[[ DATASET EXCERPTS, beginning ]]
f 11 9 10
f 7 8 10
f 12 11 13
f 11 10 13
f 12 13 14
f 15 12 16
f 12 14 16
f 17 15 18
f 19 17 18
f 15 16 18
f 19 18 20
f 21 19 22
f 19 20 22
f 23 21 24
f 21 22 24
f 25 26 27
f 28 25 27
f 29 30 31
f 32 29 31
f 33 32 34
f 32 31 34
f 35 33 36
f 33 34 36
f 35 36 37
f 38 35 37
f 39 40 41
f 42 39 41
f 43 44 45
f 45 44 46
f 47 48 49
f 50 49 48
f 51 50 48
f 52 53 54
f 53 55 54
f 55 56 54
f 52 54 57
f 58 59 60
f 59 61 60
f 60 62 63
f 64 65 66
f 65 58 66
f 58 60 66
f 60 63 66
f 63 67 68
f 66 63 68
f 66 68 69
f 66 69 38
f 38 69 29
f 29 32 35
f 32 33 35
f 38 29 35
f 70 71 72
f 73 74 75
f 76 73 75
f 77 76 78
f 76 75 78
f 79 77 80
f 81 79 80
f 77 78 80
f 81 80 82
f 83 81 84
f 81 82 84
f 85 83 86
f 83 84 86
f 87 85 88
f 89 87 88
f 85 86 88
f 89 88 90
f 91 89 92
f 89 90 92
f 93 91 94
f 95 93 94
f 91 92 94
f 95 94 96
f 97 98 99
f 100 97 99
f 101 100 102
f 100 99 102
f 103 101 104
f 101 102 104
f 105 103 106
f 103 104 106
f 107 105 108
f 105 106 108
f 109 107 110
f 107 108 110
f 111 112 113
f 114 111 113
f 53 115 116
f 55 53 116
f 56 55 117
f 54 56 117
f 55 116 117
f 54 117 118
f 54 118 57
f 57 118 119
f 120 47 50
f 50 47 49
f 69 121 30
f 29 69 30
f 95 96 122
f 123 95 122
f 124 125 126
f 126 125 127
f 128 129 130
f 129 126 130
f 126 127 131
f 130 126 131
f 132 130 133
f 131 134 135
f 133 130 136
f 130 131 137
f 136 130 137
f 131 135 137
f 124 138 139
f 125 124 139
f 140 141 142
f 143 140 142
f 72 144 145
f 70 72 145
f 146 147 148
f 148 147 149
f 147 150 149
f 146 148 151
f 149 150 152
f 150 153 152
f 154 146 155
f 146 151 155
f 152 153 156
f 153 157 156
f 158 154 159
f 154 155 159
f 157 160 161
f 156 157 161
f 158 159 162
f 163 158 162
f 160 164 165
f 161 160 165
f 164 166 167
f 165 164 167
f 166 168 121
[[ DATASET EXCERPTS, end ]]
**ASSIGNMENT**. Exact retyping of every entry is required.

**RESPONSE**.
f 11 9 10
f 7 8 10
f 12 11 13
f 11 10 13
f 12 13 14
f 15 12 16
f 12 14 16
f 17 15 18
f 19 17 18
f 15 16 18
f 19 18 20
f 21 19 22
f 19 20 22
f 23 21 24
f 21 22 24
f 25 26 27
f 28 25 27
f 29 30 31
f 32 29 31
f 33 32 34
f 32 31 34
f 35 33 36
f 33 34 36
f 35 36 37
f 38 35 37
f 39 40 41
f 42 39 41
f 43 44 45
f 45 44 46
f 47 48 49
f 50 49 48
f 51 50 48
f 52 53 54
f 53 55 54
f 55 56 54
f 52 54 57
f 58 59 60
f 59 61 60
f 60 62 63
f 64 65 66
f 65 58 66
f 58 60 66
f 60 63 66
f 63 67 68
f 66 63 68
f 66 68 69
f 66 69 38
f 38 69 29
f 29 32 35
f 32 33 35
f 38 29 35
f 70 71 72
f 73 74 75
f 76 73 75
f 77 76 78
f 76 75 78
f 79 77 80
f 81 79 80
f 77 78 80
f 81 80 82
f 83 81 84
f 81 82 84
f 85 83 86
f 83 84 86
f 87 85 88
f 89 87 88
f 85 86 88
f 89 88 90
f 91 89 92
f 89 90 92
f 93 91 94
f 95 93 94
f 91 92 94
f 95 94 96
f 97 98 99
f 100 97 99
f 101 100 102
f 100 99 102
f 103 101 104
f 101 102 104
f 105 103 106
f 103 104 106
f 107 105 108
f 105 106 108
f 109 107 110
f 107 108 110
f 111 112 113
f 114 111 113
f 53 115 116
f 55 53 116
f 56 55 117
f 54 56 117
f 55 116 117
f 54 117 118
f 54 118 57
f 57 118 119
f 120 47 50
f 50 47 49
f 69 121 30
f 29 69 30
f 95 96 122
f 123 95 122
f 124 125 126
f 126 125 127
f 128 129 130
f 129 126 130
f 126 127 131
f 130 126 131
f 132 130 133
f 131 134 135
f 133 130 136
f 130 131 137
f 136 130 137
f 131 135 137
f 124 138 139
f 125 124 139
f 140 141 142
f 143 140 142
f 72 144 145
f 70 72 145
f 146 147 148
f 148 147 149
f 147 150 149
f 146 148 151
f 149 150 152
f 150 153 152
f 154 146 155
f 146 151 155
f 152 153 156
f 153 157 156
f 158 154 159
f 154 155 159
f 157 160 161
f 156 157 161
f 158 159 162
f 163 158 162
f 160 164 165
f 161 160 165
f 164 166 167
f 165 164 167
f 166 168 121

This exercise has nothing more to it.